_Work to be completed_: Please return the lines below verbatim, beginning at the one that has "#50=CARTESIAN_POINT('',(0.,10.,30.));" and stopping after the one that has "#98=MANIFOLD_SOLID_BREP('',#97);", and add no other lines.

_Given entries_:
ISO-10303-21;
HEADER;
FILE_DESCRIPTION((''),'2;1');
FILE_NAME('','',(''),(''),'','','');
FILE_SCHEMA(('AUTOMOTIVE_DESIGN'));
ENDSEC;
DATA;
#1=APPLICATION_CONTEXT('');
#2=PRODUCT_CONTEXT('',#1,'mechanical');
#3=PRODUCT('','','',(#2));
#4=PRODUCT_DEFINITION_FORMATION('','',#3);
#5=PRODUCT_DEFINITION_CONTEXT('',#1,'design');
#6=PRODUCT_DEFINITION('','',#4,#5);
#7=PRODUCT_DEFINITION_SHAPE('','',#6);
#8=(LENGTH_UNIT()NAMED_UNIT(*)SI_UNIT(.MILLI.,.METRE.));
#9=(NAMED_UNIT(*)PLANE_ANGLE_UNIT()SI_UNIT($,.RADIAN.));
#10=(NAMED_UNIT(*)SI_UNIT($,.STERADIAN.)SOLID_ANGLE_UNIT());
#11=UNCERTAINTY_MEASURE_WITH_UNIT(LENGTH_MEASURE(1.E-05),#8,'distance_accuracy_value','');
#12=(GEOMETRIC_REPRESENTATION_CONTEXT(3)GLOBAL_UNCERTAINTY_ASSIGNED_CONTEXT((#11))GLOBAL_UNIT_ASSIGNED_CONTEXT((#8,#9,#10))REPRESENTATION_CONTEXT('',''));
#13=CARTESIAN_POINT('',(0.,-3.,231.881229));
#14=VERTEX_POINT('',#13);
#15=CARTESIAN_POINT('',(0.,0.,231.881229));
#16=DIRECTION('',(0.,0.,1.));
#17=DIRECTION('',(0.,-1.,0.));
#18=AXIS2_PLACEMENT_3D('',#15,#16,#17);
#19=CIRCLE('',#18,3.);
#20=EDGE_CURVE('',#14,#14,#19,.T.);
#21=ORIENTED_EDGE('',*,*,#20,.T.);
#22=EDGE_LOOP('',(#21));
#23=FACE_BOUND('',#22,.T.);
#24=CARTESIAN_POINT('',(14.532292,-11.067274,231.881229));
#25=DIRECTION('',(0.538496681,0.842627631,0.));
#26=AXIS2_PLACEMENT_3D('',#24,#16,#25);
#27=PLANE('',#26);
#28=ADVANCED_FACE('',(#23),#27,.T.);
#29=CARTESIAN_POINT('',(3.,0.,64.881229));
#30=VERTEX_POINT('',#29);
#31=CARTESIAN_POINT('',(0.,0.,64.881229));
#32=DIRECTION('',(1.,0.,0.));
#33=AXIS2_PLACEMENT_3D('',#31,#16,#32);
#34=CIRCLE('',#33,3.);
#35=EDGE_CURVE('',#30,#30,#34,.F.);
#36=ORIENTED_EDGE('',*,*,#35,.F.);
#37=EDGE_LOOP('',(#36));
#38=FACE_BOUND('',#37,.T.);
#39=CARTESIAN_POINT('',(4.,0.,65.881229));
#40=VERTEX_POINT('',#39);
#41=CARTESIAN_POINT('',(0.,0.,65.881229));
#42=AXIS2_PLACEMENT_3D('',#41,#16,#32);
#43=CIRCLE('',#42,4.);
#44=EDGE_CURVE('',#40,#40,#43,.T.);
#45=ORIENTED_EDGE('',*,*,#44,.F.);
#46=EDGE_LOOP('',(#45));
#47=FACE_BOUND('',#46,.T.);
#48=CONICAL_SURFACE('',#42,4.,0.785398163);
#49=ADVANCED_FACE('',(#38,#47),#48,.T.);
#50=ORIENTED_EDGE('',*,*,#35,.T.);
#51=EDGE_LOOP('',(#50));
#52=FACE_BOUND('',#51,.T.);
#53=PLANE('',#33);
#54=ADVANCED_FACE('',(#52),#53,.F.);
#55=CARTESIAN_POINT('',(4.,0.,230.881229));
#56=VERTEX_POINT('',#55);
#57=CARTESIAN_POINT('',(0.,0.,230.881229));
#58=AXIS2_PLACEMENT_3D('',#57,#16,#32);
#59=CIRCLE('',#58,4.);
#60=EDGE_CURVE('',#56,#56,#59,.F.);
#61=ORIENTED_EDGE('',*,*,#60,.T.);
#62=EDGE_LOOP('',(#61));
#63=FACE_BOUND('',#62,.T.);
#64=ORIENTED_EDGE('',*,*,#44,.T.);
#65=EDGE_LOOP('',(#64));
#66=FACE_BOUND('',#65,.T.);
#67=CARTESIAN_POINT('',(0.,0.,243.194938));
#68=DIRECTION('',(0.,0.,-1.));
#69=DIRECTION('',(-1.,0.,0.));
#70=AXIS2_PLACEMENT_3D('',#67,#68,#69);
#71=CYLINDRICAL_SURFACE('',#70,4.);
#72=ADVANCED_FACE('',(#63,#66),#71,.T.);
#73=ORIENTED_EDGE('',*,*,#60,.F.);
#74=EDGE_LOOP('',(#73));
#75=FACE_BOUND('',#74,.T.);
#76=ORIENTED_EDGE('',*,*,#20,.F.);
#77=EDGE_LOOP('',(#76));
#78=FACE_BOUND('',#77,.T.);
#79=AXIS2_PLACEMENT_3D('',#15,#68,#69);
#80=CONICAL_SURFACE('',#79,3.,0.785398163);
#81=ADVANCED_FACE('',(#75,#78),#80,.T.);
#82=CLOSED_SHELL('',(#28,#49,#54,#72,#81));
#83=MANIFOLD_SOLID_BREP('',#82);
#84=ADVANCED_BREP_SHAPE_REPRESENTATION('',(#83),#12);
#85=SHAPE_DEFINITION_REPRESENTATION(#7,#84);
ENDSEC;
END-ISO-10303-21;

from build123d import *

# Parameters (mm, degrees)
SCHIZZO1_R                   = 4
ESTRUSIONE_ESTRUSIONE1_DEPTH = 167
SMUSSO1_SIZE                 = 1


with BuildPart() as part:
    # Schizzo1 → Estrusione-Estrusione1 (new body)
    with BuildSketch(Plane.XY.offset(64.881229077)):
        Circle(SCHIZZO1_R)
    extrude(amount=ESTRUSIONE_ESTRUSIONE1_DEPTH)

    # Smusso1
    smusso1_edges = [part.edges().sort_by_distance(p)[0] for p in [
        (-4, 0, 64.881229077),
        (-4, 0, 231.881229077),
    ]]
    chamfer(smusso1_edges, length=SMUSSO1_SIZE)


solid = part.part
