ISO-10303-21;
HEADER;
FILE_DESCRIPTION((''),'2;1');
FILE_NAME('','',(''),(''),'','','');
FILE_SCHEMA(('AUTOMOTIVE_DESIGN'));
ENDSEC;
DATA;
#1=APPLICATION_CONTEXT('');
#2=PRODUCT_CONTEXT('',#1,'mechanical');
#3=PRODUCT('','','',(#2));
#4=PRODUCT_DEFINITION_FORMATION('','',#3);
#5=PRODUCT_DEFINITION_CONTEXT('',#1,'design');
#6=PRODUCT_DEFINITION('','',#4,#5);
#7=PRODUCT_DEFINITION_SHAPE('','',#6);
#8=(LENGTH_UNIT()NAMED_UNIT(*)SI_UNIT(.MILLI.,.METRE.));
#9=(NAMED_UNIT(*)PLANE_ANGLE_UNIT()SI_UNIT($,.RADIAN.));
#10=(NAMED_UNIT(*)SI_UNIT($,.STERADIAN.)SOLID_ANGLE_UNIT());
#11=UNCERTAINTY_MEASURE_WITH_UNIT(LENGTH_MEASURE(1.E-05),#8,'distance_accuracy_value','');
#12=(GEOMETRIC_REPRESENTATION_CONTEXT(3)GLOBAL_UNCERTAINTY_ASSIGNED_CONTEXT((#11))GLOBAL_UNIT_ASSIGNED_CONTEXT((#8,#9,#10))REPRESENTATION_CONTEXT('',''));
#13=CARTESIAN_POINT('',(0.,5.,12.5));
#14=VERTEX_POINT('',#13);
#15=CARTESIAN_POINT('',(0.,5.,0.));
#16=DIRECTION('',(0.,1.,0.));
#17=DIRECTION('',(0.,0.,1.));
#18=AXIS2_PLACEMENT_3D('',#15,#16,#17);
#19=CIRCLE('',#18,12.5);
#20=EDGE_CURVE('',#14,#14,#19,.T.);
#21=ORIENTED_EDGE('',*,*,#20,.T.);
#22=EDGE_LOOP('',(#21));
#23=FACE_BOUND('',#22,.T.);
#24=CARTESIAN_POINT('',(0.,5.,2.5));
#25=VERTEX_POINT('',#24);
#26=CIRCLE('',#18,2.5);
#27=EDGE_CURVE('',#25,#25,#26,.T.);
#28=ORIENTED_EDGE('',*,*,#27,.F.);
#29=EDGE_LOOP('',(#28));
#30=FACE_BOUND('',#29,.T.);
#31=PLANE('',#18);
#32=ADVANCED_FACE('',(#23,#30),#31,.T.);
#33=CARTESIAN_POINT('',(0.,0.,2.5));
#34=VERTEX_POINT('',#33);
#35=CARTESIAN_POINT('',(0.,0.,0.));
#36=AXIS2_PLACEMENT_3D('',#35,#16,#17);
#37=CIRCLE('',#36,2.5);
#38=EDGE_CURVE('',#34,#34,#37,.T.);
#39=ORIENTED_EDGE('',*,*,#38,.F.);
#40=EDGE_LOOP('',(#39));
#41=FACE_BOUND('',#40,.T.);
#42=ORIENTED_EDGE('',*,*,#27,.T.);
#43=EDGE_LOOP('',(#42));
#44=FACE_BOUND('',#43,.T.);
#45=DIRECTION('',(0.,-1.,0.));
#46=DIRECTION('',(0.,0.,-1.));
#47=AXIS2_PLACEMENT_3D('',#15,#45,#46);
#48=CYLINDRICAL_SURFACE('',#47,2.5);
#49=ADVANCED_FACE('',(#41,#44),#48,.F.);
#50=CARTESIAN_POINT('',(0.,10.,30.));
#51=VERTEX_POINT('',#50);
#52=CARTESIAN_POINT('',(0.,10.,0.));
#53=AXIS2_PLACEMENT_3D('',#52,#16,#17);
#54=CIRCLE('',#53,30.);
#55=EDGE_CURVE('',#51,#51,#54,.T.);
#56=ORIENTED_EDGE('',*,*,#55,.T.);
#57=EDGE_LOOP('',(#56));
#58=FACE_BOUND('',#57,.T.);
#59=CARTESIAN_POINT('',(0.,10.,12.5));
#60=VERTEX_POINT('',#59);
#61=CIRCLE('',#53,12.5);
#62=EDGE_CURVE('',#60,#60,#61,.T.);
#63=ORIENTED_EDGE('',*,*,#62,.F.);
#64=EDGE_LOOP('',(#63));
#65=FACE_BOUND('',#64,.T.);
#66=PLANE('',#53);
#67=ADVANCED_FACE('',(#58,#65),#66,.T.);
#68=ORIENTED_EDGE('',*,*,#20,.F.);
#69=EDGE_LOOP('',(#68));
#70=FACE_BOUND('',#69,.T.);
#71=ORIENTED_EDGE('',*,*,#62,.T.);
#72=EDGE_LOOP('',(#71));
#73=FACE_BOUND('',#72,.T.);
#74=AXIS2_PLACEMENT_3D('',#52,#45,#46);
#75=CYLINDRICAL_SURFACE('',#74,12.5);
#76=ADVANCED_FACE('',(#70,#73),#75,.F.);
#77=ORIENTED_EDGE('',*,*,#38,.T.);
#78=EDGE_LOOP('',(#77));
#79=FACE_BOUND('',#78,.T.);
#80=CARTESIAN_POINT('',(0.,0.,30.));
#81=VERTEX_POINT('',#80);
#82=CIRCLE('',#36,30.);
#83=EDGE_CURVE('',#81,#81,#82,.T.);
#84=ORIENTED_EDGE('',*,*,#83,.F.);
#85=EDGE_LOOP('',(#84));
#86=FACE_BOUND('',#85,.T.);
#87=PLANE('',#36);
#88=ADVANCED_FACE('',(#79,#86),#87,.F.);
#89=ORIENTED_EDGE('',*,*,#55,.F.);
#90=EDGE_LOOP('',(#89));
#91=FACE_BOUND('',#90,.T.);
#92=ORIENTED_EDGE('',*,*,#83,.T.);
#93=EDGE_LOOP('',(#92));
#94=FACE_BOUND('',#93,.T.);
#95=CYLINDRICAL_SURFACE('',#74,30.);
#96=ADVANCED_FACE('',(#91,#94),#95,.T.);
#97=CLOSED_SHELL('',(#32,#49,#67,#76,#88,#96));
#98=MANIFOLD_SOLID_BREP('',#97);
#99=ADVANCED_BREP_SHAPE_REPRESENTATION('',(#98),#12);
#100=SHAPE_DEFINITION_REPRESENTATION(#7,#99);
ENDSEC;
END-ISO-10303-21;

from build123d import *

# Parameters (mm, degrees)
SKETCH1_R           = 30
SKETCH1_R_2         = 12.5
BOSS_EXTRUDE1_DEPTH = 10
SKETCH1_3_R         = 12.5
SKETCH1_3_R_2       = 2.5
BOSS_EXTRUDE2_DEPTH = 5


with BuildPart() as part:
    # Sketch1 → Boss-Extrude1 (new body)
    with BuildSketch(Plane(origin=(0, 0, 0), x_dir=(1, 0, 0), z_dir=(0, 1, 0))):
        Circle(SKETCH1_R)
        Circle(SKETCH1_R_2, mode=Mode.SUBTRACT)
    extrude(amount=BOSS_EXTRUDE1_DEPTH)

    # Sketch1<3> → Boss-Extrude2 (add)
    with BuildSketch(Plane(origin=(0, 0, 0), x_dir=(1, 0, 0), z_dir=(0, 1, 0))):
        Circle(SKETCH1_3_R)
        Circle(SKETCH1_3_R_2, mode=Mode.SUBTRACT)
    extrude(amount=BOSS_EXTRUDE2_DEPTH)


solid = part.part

_Output of the task_:
#50=CARTESIAN_POINT('',(0.,10.,30.));
#51=VERTEX_POINT('',#50);
#52=CARTESIAN_POINT('',(0.,10.,0.));
#53=AXIS2_PLACEMENT_3D('',#52,#16,#17);
#54=CIRCLE('',#53,30.);
#55=EDGE_CURVE('',#51,#51,#54,.T.);
#56=ORIENTED_EDGE('',*,*,#55,.T.);
#57=EDGE_LOOP('',(#56));
#58=FACE_BOUND('',#57,.T.);
#59=CARTESIAN_POINT('',(0.,10.,12.5));
#60=VERTEX_POINT('',#59);
#61=CIRCLE('',#53,12.5);
#62=EDGE_CURVE('',#60,#60,#61,.T.);
#63=ORIENTED_EDGE('',*,*,#62,.F.);
#64=EDGE_LOOP('',(#63));
#65=FACE_BOUND('',#64,.T.);
#66=PLANE('',#53);
#67=ADVANCED_FACE('',(#58,#65),#66,.T.);
#68=ORIENTED_EDGE('',*,*,#20,.F.);
#69=EDGE_LOOP('',(#68));
#70=FACE_BOUND('',#69,.T.);
#71=ORIENTED_EDGE('',*,*,#62,.T.);
#72=EDGE_LOOP('',(#71));
#73=FACE_BOUND('',#72,.T.);
#74=AXIS2_PLACEMENT_3D('',#52,#45,#46);
#75=CYLINDRICAL_SURFACE('',#74,12.5);
#76=ADVANCED_FACE('',(#70,#73),#75,.F.);
#77=ORIENTED_EDGE('',*,*,#38,.T.);
#78=EDGE_LOOP('',(#77));
#79=FACE_BOUND('',#78,.T.);
#80=CARTESIAN_POINT('',(0.,0.,30.));
#81=VERTEX_POINT('',#80);
#82=CIRCLE('',#36,30.);
#83=EDGE_CURVE('',#81,#81,#82,.T.);
#84=ORIENTED_EDGE('',*,*,#83,.F.);
#85=EDGE_LOOP('',(#84));
#86=FACE_BOUND('',#85,.T.);
#87=PLANE('',#36);
#88=ADVANCED_FACE('',(#79,#86),#87,.F.);
#89=ORIENTED_EDGE('',*,*,#55,.F.);
#90=EDGE_LOOP('',(#89));
#91=FACE_BOUND('',#90,.T.);
#92=ORIENTED_EDGE('',*,*,#83,.T.);
#93=EDGE_LOOP('',(#92));
#94=FACE_BOUND('',#93,.T.);
#95=CYLINDRICAL_SURFACE('',#74,30.);
#96=ADVANCED_FACE('',(#91,#94),#95,.T.);
#97=CLOSED_SHELL('',(#32,#49,#67,#76,#88,#96));
#98=MANIFOLD_SOLID_BREP('',#97);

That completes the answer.